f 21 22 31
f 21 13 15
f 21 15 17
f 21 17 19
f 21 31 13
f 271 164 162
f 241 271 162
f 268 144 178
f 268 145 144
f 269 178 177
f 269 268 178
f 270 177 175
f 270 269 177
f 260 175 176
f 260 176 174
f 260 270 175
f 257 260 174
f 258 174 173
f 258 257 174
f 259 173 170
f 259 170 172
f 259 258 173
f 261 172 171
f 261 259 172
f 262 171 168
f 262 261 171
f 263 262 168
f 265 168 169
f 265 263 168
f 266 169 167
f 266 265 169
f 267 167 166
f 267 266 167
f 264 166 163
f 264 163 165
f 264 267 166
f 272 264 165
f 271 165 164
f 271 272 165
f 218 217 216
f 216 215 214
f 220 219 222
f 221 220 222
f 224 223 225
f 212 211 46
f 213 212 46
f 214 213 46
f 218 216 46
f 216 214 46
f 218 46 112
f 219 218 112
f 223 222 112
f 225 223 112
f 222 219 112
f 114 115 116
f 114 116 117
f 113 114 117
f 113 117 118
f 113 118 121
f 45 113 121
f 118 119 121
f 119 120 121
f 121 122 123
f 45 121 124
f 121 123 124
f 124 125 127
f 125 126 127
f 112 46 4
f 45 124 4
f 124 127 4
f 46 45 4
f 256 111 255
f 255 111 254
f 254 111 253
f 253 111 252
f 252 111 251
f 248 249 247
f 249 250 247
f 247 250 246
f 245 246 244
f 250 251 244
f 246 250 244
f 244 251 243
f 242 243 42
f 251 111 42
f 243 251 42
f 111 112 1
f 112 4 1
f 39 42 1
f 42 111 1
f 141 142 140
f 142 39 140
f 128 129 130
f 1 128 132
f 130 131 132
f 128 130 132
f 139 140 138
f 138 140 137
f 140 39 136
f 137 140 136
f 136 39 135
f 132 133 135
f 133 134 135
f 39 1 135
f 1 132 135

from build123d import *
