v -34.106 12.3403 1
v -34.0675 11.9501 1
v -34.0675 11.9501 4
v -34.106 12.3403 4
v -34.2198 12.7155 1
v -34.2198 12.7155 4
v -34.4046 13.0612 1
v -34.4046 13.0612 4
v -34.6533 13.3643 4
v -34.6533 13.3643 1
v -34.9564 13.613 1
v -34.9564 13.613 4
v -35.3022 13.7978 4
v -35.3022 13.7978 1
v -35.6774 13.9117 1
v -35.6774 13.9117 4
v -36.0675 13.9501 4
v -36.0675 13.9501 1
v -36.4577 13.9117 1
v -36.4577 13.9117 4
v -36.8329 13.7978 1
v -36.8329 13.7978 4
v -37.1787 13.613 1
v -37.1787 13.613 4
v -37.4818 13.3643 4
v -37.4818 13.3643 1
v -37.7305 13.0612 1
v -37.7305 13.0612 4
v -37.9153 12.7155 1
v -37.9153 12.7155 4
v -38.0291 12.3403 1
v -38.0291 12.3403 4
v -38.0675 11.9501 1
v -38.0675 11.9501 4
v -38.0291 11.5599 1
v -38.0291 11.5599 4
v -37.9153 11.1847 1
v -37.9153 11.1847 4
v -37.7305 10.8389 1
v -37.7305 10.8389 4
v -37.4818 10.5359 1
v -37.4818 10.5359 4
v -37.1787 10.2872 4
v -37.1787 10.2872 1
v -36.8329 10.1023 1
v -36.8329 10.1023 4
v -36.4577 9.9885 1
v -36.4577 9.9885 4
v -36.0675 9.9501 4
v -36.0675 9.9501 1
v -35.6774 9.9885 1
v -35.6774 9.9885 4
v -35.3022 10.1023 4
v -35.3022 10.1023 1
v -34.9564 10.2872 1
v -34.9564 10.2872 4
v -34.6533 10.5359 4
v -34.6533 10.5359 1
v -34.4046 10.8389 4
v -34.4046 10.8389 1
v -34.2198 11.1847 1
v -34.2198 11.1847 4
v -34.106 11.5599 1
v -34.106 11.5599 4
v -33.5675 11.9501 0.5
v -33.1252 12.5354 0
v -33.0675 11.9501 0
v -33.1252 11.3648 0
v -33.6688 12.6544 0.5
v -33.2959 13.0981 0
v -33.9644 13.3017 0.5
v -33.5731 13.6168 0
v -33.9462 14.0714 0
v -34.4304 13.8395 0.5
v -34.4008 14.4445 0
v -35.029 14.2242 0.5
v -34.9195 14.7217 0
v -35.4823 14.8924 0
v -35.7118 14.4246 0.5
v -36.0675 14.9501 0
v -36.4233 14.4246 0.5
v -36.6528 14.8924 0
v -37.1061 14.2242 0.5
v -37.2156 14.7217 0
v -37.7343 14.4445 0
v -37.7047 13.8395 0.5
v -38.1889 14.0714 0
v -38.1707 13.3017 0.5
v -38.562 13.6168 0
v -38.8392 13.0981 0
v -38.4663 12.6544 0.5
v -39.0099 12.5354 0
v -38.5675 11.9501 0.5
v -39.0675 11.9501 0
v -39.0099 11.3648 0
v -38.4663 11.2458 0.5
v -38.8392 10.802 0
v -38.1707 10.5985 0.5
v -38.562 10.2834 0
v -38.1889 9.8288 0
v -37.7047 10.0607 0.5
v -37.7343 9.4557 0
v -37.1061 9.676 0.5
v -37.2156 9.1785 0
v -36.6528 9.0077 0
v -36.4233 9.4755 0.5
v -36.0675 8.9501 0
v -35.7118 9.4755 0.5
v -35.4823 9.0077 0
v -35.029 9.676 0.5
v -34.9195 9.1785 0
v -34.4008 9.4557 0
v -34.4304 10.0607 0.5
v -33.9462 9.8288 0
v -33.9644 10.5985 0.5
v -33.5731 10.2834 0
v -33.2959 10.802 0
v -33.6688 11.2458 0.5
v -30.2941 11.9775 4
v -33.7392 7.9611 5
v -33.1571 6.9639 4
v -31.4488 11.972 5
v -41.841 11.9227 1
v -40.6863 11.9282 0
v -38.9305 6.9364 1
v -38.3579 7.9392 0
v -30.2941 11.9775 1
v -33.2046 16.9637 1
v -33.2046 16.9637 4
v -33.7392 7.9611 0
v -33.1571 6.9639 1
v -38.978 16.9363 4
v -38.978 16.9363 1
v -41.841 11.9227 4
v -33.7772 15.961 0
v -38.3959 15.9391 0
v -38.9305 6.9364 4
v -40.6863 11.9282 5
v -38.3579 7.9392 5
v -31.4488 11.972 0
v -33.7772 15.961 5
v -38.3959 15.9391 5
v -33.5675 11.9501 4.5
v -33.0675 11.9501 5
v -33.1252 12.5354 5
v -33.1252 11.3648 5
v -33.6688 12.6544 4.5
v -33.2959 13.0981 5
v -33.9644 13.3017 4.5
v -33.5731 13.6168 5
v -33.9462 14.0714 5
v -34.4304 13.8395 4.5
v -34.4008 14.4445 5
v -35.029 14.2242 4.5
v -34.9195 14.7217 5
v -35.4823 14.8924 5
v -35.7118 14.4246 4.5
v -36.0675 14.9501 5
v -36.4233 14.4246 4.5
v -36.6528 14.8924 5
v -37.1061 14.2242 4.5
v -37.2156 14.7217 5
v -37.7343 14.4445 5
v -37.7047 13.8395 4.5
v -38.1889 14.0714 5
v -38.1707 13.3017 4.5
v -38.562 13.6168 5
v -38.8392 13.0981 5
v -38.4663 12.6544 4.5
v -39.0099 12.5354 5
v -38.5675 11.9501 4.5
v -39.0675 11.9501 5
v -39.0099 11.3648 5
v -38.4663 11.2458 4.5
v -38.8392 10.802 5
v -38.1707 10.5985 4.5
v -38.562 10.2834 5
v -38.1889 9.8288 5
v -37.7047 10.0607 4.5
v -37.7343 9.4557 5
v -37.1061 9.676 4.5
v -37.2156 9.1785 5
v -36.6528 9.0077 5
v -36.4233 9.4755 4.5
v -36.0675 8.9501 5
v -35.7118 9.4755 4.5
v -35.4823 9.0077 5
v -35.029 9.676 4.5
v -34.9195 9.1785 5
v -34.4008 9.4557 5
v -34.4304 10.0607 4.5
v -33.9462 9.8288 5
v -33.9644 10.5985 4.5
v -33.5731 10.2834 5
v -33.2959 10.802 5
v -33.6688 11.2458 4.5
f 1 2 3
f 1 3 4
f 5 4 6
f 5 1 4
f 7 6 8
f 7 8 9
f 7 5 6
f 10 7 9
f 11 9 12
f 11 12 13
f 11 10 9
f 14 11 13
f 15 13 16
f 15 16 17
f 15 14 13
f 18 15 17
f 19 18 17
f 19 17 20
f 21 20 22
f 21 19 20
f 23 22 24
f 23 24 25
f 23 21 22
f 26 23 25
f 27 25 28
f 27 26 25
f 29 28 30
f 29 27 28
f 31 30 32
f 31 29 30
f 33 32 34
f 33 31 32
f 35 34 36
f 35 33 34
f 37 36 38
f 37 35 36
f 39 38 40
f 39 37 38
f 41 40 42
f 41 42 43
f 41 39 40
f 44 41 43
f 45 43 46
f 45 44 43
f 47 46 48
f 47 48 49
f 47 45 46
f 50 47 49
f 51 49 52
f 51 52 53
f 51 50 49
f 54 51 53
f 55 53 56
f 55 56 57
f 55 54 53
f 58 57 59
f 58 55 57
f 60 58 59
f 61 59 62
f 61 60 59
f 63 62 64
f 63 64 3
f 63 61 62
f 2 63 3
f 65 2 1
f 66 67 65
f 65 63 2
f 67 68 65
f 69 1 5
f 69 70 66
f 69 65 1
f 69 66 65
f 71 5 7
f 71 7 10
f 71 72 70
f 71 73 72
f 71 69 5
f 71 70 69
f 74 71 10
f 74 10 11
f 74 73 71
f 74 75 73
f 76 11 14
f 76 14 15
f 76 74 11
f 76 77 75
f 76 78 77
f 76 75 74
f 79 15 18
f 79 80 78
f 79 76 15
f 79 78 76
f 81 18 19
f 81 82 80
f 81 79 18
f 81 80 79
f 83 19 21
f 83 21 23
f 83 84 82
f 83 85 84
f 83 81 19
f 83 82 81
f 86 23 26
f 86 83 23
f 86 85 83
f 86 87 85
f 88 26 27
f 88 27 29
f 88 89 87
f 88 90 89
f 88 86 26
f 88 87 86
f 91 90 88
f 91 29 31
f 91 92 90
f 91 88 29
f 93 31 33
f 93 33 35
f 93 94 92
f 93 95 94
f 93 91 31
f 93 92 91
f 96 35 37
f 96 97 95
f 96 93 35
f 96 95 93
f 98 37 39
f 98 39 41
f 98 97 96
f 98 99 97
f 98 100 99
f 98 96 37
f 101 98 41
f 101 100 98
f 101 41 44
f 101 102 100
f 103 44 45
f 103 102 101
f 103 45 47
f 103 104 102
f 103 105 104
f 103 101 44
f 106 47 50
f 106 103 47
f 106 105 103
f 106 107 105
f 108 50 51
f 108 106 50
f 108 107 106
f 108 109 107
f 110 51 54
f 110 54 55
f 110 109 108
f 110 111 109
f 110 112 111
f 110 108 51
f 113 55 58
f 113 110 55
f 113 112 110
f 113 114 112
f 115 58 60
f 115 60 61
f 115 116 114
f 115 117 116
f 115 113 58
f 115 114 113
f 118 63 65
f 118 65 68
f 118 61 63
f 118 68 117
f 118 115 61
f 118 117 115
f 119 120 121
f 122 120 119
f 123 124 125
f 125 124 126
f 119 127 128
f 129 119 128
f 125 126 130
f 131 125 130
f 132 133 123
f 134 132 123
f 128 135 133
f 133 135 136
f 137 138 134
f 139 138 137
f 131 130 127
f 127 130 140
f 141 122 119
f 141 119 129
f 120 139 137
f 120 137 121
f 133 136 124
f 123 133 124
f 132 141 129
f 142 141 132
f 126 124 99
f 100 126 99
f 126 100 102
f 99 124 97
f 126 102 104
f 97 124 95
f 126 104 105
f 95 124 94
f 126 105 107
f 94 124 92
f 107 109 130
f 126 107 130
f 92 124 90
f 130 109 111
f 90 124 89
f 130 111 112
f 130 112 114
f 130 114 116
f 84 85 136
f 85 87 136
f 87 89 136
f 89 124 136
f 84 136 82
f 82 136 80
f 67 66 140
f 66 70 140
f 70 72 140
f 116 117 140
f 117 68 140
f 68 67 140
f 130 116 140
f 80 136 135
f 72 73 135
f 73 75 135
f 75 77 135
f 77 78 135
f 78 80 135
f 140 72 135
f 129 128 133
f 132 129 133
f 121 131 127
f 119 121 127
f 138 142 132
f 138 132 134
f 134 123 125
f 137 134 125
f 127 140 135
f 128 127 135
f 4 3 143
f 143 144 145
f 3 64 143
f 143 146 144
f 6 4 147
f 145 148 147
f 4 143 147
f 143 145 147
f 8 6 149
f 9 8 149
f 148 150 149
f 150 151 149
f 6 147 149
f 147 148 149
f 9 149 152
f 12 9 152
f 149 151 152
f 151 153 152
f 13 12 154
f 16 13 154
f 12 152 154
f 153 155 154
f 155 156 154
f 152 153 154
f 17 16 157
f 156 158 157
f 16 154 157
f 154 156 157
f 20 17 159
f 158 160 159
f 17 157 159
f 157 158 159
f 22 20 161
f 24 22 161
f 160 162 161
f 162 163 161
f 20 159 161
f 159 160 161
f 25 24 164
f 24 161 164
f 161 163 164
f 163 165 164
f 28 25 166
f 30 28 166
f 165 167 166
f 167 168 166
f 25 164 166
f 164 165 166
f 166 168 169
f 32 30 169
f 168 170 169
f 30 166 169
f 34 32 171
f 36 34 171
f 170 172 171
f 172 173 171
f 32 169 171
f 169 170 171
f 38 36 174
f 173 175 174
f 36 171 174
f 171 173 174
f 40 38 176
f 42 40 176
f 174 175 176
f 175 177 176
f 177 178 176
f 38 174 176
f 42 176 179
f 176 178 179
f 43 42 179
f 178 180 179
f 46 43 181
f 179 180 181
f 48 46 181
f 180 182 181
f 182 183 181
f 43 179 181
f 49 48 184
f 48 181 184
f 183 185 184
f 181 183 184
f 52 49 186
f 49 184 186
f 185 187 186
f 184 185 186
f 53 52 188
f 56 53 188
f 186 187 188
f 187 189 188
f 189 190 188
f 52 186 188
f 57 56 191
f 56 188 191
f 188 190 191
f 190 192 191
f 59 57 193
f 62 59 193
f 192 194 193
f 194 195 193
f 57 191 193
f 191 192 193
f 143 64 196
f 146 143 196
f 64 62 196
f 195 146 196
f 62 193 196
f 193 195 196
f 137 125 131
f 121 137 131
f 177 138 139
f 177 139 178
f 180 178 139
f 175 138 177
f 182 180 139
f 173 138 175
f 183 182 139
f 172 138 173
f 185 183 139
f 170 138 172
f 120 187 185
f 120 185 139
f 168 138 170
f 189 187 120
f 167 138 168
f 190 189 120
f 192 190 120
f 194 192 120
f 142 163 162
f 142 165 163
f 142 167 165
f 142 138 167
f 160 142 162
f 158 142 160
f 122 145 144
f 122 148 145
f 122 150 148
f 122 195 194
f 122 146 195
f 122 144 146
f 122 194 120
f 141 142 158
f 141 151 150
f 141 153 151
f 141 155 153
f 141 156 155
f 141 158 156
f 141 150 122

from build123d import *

# Parameters (mm, degrees)
SKETCH2_R           = 2
BOSS_EXTRUDE1_DEPTH = 5
CHAMFER2_SIZE       = 1


with BuildPart() as part:
    # Sketch2 → Boss-Extrude1 (new body)
    with BuildSketch(Plane.XY):
        Polygon((-33.204562103, 16.96373801), (-38.977999735, 16.936329175), (-41.840981804, 11.922681101), (-38.93052624, 6.936441863), (-33.157088608, 6.963850698), (-30.29410654, 11.977498771), align=None)
        with Locations((-36.067544172, 11.950089936)):
            Circle(SKETCH2_R, mode=Mode.SUBTRACT)
    extrude(amount=BOSS_EXTRUDE1_DEPTH)

    # Chamfer2
    chamfer2_edges = [part.edges().sort_by_distance(p)[0] for p in [
        (-40.409490769, 14.429505138, 5),
        (-40.385754022, 9.429561482, 5),
        (-38.067544172, 11.950089936, 0),
        (-38.067544172, 11.950089936, 5),
        (-36.043807424, 6.95014628, 5),
        (-31.725597574, 9.470674734, 5),
        (-31.749334322, 14.470618391, 5),
        (-31.725597574, 9.470674734, 0),
        (-36.043807424, 6.95014628, 0),
        (-40.385754022, 9.429561482, 0),
        (-40.409490769, 14.429505138, 0),
        (-36.091280919, 16.950033593, 0),
        (-31.749334322, 14.470618391, 0),
        (-36.091280919, 16.950033593, 5),
    ]]
    chamfer(chamfer2_edges, length=CHAMFER2_SIZE)


solid = part.part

PROBLEM TO WORK ON |
Would you restate, word for word, every line of the listing from its first line through the line with "f 113 118 121"?

RESPONSE BOX |
f 21 22 31
f 21 13 15
f 21 15 17
f 21 17 19
f 21 31 13
f 271 164 162
f 241 271 162
f 268 144 178
f 268 145 144
f 269 178 177
f 269 268 178
f 270 177 175
f 270 269 177
f 260 175 176
f 260 176 174
f 260 270 175
f 257 260 174
f 258 174 173
f 258 257 174
f 259 173 170
f 259 170 172
f 259 258 173
f 261 172 171
f 261 259 172
f 262 171 168
f 262 261 171
f 263 262 168
f 265 168 169
f 265 263 168
f 266 169 167
f 266 265 169
f 267 167 166
f 267 266 167
f 264 166 163
f 264 163 165
f 264 267 166
f 272 264 165
f 271 165 164
f 271 272 165
f 218 217 216
f 216 215 214
f 220 219 222
f 221 220 222
f 224 223 225
f 212 211 46
f 213 212 46
f 214 213 46
f 218 216 46
f 216 214 46
f 218 46 112
f 219 218 112
f 223 222 112
f 225 223 112
f 222 219 112
f 114 115 116
f 114 116 117
f 113 114 117
f 113 117 118
f 113 118 121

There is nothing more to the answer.